=== Begin Enclosure ===

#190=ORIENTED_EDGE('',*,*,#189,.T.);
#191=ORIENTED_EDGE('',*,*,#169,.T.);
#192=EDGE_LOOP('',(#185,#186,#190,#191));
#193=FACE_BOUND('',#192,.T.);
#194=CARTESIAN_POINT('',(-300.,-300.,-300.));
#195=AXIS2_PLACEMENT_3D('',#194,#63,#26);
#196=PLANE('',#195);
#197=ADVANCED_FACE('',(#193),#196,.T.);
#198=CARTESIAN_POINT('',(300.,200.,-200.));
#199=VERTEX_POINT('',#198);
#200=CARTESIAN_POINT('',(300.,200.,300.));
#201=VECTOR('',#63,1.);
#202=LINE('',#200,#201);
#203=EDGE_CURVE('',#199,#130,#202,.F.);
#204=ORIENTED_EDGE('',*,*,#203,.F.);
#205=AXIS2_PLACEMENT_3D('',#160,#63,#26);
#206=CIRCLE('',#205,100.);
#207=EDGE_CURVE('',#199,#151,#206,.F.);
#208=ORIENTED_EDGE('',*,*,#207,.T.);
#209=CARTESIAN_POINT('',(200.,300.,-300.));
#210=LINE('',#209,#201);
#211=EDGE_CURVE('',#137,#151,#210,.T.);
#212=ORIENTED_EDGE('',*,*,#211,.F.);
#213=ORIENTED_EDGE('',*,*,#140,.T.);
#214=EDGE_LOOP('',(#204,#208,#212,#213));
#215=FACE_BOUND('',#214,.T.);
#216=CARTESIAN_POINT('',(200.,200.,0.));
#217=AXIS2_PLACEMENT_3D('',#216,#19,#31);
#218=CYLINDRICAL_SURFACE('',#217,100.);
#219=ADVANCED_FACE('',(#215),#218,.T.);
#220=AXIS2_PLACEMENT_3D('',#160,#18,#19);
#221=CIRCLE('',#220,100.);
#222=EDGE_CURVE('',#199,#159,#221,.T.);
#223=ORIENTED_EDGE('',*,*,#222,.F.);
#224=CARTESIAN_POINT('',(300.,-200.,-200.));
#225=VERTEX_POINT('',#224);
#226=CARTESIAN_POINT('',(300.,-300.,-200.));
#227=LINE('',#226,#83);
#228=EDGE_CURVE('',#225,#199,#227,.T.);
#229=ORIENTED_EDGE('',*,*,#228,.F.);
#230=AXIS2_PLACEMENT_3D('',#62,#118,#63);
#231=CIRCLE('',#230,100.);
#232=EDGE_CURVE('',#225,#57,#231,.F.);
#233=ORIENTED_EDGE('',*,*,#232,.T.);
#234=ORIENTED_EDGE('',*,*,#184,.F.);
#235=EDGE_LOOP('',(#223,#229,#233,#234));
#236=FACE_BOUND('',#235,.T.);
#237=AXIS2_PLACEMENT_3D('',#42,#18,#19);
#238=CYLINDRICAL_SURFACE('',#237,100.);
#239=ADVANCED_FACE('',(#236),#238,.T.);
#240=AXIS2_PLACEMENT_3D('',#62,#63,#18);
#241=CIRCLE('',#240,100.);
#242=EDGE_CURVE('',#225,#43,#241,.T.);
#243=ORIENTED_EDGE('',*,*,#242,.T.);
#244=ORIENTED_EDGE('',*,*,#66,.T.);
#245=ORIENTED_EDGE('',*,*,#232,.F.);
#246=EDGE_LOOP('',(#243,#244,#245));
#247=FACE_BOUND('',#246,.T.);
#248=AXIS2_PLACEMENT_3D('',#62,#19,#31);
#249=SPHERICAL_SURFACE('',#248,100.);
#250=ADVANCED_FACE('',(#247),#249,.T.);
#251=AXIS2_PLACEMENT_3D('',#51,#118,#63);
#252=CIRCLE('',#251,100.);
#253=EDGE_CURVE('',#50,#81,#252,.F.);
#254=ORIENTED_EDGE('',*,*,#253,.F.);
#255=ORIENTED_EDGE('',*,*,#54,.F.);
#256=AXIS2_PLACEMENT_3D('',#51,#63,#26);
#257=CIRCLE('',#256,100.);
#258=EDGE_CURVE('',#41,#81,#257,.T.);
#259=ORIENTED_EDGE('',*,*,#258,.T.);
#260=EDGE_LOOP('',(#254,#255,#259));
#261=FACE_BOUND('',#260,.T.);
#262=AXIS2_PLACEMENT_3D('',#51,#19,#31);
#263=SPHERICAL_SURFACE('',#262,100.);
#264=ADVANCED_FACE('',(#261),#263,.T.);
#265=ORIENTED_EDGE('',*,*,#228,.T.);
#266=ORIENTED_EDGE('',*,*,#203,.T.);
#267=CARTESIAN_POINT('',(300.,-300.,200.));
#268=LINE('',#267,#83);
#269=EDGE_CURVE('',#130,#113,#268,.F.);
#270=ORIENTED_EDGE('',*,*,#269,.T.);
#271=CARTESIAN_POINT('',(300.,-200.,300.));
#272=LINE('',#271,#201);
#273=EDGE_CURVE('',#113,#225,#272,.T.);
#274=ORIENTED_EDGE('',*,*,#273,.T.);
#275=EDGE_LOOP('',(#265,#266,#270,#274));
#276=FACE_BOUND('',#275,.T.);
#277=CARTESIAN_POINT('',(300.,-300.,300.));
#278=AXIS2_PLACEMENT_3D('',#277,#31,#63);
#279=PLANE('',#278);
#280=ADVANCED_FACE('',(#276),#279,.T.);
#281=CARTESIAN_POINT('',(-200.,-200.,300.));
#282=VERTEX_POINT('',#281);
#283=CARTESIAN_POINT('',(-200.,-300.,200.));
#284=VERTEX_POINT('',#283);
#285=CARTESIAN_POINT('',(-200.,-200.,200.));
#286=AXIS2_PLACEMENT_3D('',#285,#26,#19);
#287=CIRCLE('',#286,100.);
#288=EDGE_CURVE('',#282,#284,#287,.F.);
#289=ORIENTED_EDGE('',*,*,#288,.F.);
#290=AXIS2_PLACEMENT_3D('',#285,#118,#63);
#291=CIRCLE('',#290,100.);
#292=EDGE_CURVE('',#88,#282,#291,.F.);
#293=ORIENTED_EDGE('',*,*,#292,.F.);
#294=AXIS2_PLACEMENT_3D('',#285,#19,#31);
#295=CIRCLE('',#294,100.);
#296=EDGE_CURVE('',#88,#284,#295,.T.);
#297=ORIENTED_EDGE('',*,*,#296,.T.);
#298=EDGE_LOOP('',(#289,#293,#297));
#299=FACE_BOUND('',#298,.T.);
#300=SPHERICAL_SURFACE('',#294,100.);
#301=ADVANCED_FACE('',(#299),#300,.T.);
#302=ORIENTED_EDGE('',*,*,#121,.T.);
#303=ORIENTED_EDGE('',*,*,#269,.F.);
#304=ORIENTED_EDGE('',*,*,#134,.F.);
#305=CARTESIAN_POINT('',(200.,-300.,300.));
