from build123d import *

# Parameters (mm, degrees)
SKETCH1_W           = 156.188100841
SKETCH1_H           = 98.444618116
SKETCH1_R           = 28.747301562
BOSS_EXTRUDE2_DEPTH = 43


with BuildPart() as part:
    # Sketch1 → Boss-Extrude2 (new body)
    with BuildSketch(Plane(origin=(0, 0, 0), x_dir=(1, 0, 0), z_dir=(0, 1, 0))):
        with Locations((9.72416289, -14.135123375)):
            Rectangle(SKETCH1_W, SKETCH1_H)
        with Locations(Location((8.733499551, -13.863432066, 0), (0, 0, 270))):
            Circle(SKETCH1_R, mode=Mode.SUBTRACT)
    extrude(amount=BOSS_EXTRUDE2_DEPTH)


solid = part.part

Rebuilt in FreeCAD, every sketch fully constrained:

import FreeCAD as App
import Part
import Sketcher
from FreeCAD import Vector
Q = App.Units.Quantity

doc = App.newDocument("Part")
params = doc.addObject("Spreadsheet::Sheet", "Params")
for row, (alias, value) in enumerate([
    ("pad1_length", "43 mm"),
], start=1):
    params.set(f"A{row}", alias)
    params.set(f"B{row}", "=" + value)
    params.setAlias(f"B{row}", alias)

body = doc.addObject("PartDesign::Body", "Body")

sketch1 = body.newObject("Sketcher::SketchObject", "Sketch")
sketch1.AttachmentSupport = (doc.getObject("XZ_Plane"), [""])
sketch1.MapMode = "FlatFace"
sketch1.addGeometry([
    Part.LineSegment(Vector(-68.369888, -35.087186, 0), Vector(-68.369888, 63.357432, 0)),
    Part.LineSegment(Vector(-68.369888, 63.357432, 0), Vector(87.818213, 63.357432, 0)),
    Part.LineSegment(Vector(87.818213, 63.357432, 0), Vector(87.818213, -35.087186, 0)),
    Part.LineSegment(Vector(87.818213, -35.087186, 0), Vector(-68.369888, -35.087186, 0)),
    Part.Circle(Vector(8.7335, 13.863432, 0), Vector(0, 0, 1), 28.747302),
], False)
sketch1.addConstraint([
    Sketcher.Constraint("Coincident", 0, 2, 1, 1),
    Sketcher.Constraint("Coincident", 1, 2, 2, 1),
    Sketcher.Constraint("Coincident", 2, 2, 3, 1),
    Sketcher.Constraint("Coincident", 3, 2, 0, 1),
    Sketcher.Constraint("Vertical", 0),
    Sketcher.Constraint("Horizontal", 1),
    Sketcher.Constraint("Vertical", 2),
    Sketcher.Constraint("Horizontal", 3),
    Sketcher.Constraint("Diameter", 4, Q("57.494603 mm")),
    Sketcher.Constraint("DistanceX", 1, 1, 1, 2, Q("156.188101 mm")),
    Sketcher.Constraint("DistanceY", 4, 3, 0, 2, Q("49.494 mm")),
    Sketcher.Constraint("DistanceY", 0, 1, 0, 2, Q("98.444618 mm")),
    Sketcher.Constraint("DistanceX", -1, 1, 4, 3, Q("8.7335 mm")),
    Sketcher.Constraint("DistanceY", -1, 1, 4, 3, Q("13.863432 mm")),
    Sketcher.Constraint("DistanceX", 0, 2, -1, 1, Q("68.369888 mm")),
])
pad1 = body.newObject("PartDesign::Pad", "Pad")
pad1.Profile = sketch1
pad1.setExpression("Length", "Params.pad1_length")
pad1.Reversed = True

doc.recompute()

=== End Enclosure ===

WHAT IS REQUIRED -> A single number is required: how many lines in the material hold the word "with".

YOUR RESPONSE -> 4